Vito Diniz – Nos últimos anos, eu diria que nos últimos 30 anos, temos visto o setor do varejo balançar com notícias de empresas que parecem saudáveis, e de uma hora para outra são incorporadas, quebram, ou acabam envolvidas em escândalos, como foi o caso da Ricardo Eletro, só pra citar um, e agora Americanas. Mas tivemos outras que desapareceram, por razões as mais diversas. Cada caso é um caso, obviamente, mas parece haver um fio condutor nessa história toda, que é uma rotineira prática de sonegação de impostos e manipulação de balanços. Por que isso parece ser mais frequente no setor comercial, do que no industrial? Você vê alguma relação nestes diferentes casos?

AGENOR BURLA - São dezenas de casos de empresas de varejo que fecharam, a citar, Sears, Mesbla, Mappin, Brastel, Casas da Banha... Parece-nos que o segmento ainda não encontrou um modelo de gestão que garanta a sobrevivência das empresas. Já testemunhamos a automação, a transição para o comércio eletrônico, os ganhos de escala com a fusão de diversas empresas (Ponto Frio, Casas Bahia) e, no entanto, parece-nos que nada disso ainda foi suficiente.

Vito Diniz – Seria descaso com sistemas de controle e de gestão mais profissionais? Ausência de uma cultura empresarial mais forte?

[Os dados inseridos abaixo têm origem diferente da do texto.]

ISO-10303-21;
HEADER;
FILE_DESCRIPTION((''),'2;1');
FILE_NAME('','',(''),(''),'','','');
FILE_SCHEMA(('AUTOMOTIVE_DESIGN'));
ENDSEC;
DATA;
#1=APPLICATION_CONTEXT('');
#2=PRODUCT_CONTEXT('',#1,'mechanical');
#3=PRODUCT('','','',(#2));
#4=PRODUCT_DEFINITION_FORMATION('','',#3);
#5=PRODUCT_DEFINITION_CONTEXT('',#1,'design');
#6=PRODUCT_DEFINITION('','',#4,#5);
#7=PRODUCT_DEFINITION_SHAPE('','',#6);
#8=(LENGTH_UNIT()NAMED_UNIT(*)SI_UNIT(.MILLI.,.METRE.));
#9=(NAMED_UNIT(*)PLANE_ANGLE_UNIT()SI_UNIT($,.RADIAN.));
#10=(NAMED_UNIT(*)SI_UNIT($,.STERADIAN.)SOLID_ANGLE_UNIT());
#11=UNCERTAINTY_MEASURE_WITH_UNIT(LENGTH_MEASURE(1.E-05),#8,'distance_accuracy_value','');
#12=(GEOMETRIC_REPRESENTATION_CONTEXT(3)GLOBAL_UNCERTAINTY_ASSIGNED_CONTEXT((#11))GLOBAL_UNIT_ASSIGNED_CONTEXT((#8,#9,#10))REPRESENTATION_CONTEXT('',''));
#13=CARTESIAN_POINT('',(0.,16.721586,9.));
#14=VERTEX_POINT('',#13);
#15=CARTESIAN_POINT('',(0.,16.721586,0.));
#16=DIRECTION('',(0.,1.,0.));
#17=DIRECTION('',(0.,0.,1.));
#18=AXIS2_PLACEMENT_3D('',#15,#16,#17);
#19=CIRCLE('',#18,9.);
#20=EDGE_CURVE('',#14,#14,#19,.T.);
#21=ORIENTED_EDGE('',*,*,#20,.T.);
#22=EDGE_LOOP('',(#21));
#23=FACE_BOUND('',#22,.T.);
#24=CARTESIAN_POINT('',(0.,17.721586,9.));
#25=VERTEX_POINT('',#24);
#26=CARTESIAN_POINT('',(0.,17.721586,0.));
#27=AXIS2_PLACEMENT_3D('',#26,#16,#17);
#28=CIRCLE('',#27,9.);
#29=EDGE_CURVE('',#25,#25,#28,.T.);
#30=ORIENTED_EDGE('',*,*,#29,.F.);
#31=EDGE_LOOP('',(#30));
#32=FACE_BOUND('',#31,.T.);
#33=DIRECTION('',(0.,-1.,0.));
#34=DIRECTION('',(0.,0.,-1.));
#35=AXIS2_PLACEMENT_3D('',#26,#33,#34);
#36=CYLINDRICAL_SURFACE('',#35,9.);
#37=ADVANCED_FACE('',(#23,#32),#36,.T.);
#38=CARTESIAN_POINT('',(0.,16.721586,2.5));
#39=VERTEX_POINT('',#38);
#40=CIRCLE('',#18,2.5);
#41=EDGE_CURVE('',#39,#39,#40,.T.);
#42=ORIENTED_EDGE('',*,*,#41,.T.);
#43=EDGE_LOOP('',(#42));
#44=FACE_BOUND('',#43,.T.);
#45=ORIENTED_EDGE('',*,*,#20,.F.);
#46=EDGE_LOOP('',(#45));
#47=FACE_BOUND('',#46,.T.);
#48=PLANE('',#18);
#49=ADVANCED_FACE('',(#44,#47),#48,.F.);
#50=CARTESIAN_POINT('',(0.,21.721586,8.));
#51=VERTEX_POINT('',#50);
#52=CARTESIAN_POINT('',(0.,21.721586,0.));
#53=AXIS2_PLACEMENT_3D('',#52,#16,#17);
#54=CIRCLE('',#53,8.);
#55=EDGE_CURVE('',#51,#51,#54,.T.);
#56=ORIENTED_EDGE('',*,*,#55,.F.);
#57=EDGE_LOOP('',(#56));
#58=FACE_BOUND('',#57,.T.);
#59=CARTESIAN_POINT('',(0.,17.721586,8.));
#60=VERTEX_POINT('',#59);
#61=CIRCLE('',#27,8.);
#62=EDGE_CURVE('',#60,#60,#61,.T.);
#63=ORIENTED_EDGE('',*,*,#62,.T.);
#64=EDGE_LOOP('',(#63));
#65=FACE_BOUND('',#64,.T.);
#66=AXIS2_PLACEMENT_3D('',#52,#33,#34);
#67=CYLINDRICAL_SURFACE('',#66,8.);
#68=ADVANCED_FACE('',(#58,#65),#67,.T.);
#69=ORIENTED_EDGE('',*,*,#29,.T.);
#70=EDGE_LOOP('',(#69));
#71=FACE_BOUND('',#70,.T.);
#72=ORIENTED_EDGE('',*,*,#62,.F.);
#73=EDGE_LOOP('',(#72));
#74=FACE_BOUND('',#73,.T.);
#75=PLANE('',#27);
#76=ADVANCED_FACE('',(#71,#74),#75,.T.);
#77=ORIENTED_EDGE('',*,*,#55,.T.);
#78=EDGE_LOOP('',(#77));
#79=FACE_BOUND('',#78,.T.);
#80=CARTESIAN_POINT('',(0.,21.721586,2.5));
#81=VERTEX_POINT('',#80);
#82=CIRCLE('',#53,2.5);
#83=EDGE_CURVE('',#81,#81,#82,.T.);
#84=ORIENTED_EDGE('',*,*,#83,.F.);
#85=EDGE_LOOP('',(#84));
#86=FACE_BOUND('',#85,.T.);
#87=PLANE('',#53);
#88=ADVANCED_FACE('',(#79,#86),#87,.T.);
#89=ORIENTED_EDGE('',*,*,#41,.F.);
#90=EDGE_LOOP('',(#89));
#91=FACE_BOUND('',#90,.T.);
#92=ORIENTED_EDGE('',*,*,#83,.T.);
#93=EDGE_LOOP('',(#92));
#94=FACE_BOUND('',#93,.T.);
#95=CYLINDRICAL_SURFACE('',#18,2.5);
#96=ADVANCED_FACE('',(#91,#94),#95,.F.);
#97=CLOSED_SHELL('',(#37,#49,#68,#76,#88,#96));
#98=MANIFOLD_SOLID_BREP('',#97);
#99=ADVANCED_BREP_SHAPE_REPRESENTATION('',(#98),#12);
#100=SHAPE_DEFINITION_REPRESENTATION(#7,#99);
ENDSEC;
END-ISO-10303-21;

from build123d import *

# Parameters (mm, degrees)
SKETCH1_R           = 72
BOSS_EXTRUDE1_DEPTH = 8
SKETCH2_R           = 64
BOSS_EXTRUDE2_DEPTH = 32
SKETCH3_R           = 20
CUT_EXTRUDE1_DEPTH  = 41
SCALE1_SCALE        = 0.125


with BuildPart() as part:
    # Sketch1 → Boss-Extrude1 (new body)
    with BuildSketch(Plane(origin=(0, 0, 0), x_dir=(1, 0, 0), z_dir=(0, 1, 0))):
        Circle(SKETCH1_R)
    extrude(amount=BOSS_EXTRUDE1_DEPTH)

    # Sketch2 → Boss-Extrude2 (add)
    with BuildSketch(Plane(origin=(0, 8, 0), x_dir=(1, 0, 0), z_dir=(0, 1, 0))):
        Circle(SKETCH2_R)
    extrude(amount=BOSS_EXTRUDE2_DEPTH)

    # Sketch3 → Cut-Extrude1 (cut, through all)
    with BuildSketch(Plane(origin=(0, 40, 0), x_dir=(1, 0, 0), z_dir=(0, 1, 0))):
        Circle(SKETCH3_R)
    extrude(amount=-CUT_EXTRUDE1_DEPTH, mode=Mode.SUBTRACT)


with BuildPart() as part_1:
    # Scale1: scaled about (0, 19.110384301, 0)
    add(part.part.scale(SCALE1_SCALE).moved(Location((0, 16.721586263, 0))))


solid = part_1.part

AGENOR BURLA - Quanto à questão de haver uma ocorrência maior no setor comercial, é preciso destacar que as indústrias se extinguem por outros motivos, tais como, obsolescência, alteração tecnológica drástica como Xerox e Kodak, por exemplo. Assim, não é muito fácil estabelecer uma comparação diante de modelos de negócio tão diferentes. Na minha opinião, a cultura empresarial serve ao interesse do controlador. As Americanas o demonstram. Não acredito que os executivos da empresa fossem incompetentes, mas sim, que serviam a uma prática cotidiana que se opunha aos modelos de gestão mais eficientes.

Vito Diniz – Nesse caso específico das Americanas, que ainda nem se sabe ao certo o tamanho do rombo, é possível salvar a empresa, visto que ela vinha tendo problemas pra cobrir seus custos e hoje deve fortunas a bancos, fornecedores, prestadores de serviço, além de ter um passivo trabalhista e impostos a recolher?

AGENOR BURLA - Sempre é possível, mas é necessário combinar a reparação dos danos com captação de recursos e alongamento da dívida. É preciso levantar uma soma capaz de torná-la solvente, compreende? Ah! Antes que eu me esqueça, com um modelo de gestão mais simples, barato e ágil.

Vito Diniz – Existem especialistas mais comedidos que chamam o caso das Americanas de rombo, atribuem às consequências a "erros contábeis". Outros mais exaltados classificam como golpe, e chegam a falar em "fraude". A primeira versão minimiza os danos e acomoda situações, a segunda criminaliza e dificulta o processo de recuperação, por certo. Entretanto, uma coisa parece que as duas correntes cobram: que alguém seja responsabilizado, civil e criminalmente. Você acha que isso acontecerá?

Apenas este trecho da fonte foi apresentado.